**Exercise directions**
The line containing "f 132 131 133" marks the end: write out exactly every line from the first line of the data below through that line, and only those.

(Stored items)
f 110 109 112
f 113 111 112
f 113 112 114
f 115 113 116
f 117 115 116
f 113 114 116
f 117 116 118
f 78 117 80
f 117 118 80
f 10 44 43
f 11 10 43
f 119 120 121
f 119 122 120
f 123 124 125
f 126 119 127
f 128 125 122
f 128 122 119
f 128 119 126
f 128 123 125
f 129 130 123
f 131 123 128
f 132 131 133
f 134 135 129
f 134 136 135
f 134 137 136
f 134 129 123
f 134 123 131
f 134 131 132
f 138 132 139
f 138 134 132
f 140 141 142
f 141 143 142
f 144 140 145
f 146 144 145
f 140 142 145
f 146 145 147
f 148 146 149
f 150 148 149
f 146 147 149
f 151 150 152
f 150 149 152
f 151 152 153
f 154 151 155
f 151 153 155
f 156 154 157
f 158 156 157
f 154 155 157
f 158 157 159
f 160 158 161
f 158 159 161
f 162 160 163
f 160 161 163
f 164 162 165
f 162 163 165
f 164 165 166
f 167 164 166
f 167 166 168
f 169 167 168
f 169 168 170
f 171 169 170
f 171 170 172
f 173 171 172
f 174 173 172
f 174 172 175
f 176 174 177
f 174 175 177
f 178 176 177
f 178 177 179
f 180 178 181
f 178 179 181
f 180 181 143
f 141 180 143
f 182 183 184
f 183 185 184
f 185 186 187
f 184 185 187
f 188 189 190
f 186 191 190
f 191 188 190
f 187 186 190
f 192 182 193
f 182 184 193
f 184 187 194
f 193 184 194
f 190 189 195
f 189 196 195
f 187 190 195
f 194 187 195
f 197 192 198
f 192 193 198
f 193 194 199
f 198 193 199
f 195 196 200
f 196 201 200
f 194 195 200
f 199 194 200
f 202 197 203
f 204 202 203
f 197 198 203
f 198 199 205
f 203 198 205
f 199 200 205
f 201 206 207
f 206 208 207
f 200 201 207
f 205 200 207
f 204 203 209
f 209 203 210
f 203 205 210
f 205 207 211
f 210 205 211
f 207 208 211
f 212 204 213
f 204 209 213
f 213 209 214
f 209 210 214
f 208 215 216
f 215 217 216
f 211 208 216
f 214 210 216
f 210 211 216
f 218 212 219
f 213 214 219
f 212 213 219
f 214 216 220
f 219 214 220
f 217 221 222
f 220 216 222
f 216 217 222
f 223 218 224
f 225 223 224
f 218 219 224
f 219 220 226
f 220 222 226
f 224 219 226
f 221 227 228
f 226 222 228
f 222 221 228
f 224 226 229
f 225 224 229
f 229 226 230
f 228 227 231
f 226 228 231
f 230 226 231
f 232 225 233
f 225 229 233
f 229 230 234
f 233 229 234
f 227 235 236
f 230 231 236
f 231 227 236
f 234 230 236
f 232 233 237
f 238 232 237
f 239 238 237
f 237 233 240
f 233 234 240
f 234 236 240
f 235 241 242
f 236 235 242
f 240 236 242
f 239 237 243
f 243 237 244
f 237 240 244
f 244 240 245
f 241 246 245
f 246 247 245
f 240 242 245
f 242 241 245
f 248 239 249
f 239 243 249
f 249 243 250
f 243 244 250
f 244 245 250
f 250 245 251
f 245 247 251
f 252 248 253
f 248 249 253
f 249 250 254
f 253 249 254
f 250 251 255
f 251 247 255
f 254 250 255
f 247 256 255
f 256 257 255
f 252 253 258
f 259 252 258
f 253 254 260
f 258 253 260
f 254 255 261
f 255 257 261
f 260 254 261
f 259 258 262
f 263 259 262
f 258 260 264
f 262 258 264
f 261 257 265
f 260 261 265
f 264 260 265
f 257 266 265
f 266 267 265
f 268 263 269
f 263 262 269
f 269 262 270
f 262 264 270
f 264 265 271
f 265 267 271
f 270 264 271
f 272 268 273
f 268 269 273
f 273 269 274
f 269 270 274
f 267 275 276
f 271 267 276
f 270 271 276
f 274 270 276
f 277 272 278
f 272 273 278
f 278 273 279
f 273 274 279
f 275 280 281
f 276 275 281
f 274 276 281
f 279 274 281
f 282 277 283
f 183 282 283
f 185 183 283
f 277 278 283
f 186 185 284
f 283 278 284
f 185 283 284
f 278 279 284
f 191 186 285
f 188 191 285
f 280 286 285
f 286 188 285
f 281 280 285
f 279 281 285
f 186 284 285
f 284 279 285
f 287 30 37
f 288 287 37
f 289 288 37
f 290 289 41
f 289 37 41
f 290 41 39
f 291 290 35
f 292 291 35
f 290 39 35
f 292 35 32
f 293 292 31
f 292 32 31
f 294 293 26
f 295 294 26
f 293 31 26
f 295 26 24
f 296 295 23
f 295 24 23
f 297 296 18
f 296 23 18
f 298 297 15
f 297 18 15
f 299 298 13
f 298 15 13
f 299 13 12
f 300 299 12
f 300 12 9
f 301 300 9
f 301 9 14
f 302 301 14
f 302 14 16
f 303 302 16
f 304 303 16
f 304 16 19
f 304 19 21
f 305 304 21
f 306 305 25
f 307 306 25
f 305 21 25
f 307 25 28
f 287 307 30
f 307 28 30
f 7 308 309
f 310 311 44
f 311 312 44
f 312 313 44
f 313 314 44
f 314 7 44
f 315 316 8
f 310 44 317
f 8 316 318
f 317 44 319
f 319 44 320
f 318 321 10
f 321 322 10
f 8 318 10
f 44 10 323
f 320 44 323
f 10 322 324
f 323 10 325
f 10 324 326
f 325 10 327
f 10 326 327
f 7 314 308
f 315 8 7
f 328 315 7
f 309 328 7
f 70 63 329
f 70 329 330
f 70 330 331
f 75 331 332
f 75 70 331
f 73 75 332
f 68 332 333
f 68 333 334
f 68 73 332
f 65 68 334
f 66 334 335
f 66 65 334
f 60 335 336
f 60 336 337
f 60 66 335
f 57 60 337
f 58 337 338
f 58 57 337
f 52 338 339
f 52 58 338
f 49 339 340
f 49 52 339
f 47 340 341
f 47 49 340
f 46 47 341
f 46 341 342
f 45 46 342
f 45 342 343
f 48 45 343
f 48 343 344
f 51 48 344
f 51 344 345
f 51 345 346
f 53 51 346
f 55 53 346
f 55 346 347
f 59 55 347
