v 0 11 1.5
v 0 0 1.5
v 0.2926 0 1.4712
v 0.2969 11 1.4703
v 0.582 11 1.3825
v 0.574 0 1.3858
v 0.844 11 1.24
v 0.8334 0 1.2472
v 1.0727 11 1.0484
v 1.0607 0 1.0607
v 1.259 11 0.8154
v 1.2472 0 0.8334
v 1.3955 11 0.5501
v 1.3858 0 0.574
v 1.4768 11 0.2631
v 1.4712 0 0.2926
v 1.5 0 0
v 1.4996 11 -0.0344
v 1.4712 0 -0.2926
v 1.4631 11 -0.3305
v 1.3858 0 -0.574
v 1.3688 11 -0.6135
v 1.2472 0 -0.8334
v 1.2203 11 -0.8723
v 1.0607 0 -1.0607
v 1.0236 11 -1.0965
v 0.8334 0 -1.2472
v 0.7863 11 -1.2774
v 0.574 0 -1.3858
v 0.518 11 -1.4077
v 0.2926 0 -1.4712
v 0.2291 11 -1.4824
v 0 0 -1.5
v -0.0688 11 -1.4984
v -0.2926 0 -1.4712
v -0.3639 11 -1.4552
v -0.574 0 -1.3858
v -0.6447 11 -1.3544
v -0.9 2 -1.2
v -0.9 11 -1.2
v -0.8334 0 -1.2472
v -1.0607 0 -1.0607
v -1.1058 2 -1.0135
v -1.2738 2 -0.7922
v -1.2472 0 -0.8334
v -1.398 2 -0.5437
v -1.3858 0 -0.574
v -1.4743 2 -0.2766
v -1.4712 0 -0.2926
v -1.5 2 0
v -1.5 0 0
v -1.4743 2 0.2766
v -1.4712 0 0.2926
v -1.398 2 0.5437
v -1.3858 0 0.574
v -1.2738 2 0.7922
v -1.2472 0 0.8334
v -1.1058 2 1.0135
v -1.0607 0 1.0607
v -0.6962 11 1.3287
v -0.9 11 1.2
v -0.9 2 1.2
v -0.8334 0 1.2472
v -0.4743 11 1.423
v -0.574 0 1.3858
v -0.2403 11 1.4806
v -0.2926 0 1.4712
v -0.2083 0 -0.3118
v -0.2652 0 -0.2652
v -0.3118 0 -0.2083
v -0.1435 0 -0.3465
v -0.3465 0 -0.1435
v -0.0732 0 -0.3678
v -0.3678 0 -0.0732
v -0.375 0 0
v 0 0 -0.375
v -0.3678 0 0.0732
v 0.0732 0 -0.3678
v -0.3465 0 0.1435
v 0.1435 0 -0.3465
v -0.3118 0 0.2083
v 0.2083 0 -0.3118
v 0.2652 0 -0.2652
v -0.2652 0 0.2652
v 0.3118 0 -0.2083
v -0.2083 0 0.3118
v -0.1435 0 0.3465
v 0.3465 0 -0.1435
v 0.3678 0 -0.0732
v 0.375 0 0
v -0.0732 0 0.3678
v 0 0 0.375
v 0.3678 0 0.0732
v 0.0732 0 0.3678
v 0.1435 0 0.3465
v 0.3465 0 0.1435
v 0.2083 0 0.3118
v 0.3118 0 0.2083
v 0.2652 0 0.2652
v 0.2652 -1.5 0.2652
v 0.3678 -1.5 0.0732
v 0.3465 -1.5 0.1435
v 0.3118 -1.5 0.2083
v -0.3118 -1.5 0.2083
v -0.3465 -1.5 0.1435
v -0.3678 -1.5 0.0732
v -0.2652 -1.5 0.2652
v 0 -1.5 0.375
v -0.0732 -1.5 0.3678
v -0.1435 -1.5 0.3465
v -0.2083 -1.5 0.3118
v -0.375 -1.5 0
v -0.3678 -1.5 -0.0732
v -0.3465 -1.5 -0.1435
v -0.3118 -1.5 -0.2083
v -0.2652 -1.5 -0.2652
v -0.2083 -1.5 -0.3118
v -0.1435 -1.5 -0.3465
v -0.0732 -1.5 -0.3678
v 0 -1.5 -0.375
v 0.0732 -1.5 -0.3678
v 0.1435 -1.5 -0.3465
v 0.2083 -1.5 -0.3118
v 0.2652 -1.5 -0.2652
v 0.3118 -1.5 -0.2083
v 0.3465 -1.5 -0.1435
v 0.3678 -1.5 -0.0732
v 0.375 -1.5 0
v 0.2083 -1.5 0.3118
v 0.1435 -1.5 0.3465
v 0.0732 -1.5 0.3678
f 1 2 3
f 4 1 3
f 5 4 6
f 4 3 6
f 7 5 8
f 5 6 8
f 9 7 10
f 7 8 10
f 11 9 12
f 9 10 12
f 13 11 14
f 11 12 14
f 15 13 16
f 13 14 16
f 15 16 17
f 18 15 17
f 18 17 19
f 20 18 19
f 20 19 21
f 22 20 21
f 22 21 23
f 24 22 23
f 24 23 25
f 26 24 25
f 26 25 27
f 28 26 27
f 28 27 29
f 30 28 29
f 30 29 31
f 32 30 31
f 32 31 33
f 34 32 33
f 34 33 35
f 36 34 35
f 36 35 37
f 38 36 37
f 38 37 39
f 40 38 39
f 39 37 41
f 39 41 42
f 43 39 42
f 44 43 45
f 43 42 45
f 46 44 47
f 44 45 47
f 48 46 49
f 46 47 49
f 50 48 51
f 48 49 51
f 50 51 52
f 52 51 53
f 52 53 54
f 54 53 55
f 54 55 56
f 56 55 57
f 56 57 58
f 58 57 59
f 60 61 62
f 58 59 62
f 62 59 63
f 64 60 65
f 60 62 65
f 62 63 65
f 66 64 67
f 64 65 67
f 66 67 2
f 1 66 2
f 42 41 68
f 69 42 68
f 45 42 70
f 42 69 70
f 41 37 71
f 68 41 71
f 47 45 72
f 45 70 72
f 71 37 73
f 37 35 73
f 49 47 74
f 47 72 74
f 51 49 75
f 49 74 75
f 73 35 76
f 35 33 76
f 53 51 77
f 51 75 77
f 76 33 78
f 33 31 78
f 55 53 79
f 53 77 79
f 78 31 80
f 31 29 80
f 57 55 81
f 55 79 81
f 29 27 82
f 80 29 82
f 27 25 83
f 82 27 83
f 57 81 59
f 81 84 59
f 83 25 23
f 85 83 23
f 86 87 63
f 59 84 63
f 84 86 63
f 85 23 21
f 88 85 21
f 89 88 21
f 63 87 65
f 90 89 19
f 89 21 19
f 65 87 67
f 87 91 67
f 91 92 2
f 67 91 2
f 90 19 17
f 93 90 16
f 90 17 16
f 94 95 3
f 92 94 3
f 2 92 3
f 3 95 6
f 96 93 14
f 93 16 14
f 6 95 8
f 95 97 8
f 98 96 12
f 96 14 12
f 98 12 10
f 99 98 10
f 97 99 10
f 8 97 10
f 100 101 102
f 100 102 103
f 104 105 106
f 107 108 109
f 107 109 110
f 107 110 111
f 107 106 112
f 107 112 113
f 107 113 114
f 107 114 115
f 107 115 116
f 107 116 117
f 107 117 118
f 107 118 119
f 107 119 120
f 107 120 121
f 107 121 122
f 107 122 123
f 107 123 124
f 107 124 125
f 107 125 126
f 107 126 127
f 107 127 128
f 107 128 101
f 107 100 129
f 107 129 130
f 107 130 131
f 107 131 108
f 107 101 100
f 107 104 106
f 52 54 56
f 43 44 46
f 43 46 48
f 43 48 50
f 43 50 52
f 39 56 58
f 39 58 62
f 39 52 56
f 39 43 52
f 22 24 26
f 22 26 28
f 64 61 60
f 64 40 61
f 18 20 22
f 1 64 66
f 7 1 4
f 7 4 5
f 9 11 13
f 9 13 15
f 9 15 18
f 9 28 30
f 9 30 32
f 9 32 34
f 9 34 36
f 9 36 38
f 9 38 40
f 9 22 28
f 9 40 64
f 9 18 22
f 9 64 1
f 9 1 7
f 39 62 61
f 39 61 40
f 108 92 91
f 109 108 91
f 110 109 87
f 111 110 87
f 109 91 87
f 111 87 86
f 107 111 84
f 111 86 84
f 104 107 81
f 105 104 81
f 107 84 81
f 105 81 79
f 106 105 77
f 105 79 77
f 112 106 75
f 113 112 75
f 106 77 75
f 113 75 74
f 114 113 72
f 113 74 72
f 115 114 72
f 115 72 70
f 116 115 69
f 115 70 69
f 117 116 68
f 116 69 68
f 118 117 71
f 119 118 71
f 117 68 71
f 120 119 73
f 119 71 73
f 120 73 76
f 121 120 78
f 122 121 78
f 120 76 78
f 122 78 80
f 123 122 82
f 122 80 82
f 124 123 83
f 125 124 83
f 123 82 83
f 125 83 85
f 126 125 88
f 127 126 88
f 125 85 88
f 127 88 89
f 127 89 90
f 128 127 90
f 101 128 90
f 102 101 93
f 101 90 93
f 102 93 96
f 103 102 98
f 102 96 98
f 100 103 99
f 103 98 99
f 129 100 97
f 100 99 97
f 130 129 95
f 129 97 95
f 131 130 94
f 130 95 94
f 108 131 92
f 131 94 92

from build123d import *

# Parameters (mm, degrees)
SKETCH_1_R          = 1.5
EXTRUDE_1_DEPTH     = 11
CUT_EXTRUDE_START   = -9
CUT_EXTRUDE_1_DEPTH = 9
SKETCH_3_R          = 0.375
EXTRUDE_2_DEPTH     = 1.5


with BuildPart() as part:
    # Эскиз1 → Бобышка-Вытянуть1 (new body)
    with BuildSketch(Plane(origin=(0, 0, 0), x_dir=(1, 0, 0), z_dir=(0, 1, 0))):
        with Locations(Location((0, 0, 0), (0, 0, 270))):
            Circle(SKETCH_1_R)
    extrude(amount=EXTRUDE_1_DEPTH)

    # Эскиз2 → Вырез-Вытянуть1 (cut)
    with BuildSketch(Plane(origin=(0, 11, 0), x_dir=(1, 0, 0), z_dir=(0, 1, 0)).offset(CUT_EXTRUDE_START)):
        with BuildLine():
            Line((-0.9, -1.2), (-0.9, 1.2))
            ThreePointArc((-0.9, 1.2), (-1.5, 0), (-0.9, -1.2))
        make_face()
    extrude(amount=CUT_EXTRUDE_1_DEPTH, mode=Mode.SUBTRACT)

    # Эскиз3 → Бобышка-Вытянуть2 (add)
    with BuildSketch(Plane.XZ):
        with Locations(Location((0, 0, 0), (0, 0, 90))):
            Circle(SKETCH_3_R)
    extrude(amount=EXTRUDE_2_DEPTH)


solid = part.part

**Exercise solution**
f 110 109 112
f 113 111 112
f 113 112 114
f 115 113 116
f 117 115 116
f 113 114 116
f 117 116 118
f 78 117 80
f 117 118 80
f 10 44 43
f 11 10 43
f 119 120 121
f 119 122 120
f 123 124 125
f 126 119 127
f 128 125 122
f 128 122 119
f 128 119 126
f 128 123 125
f 129 130 123
f 131 123 128
f 132 131 133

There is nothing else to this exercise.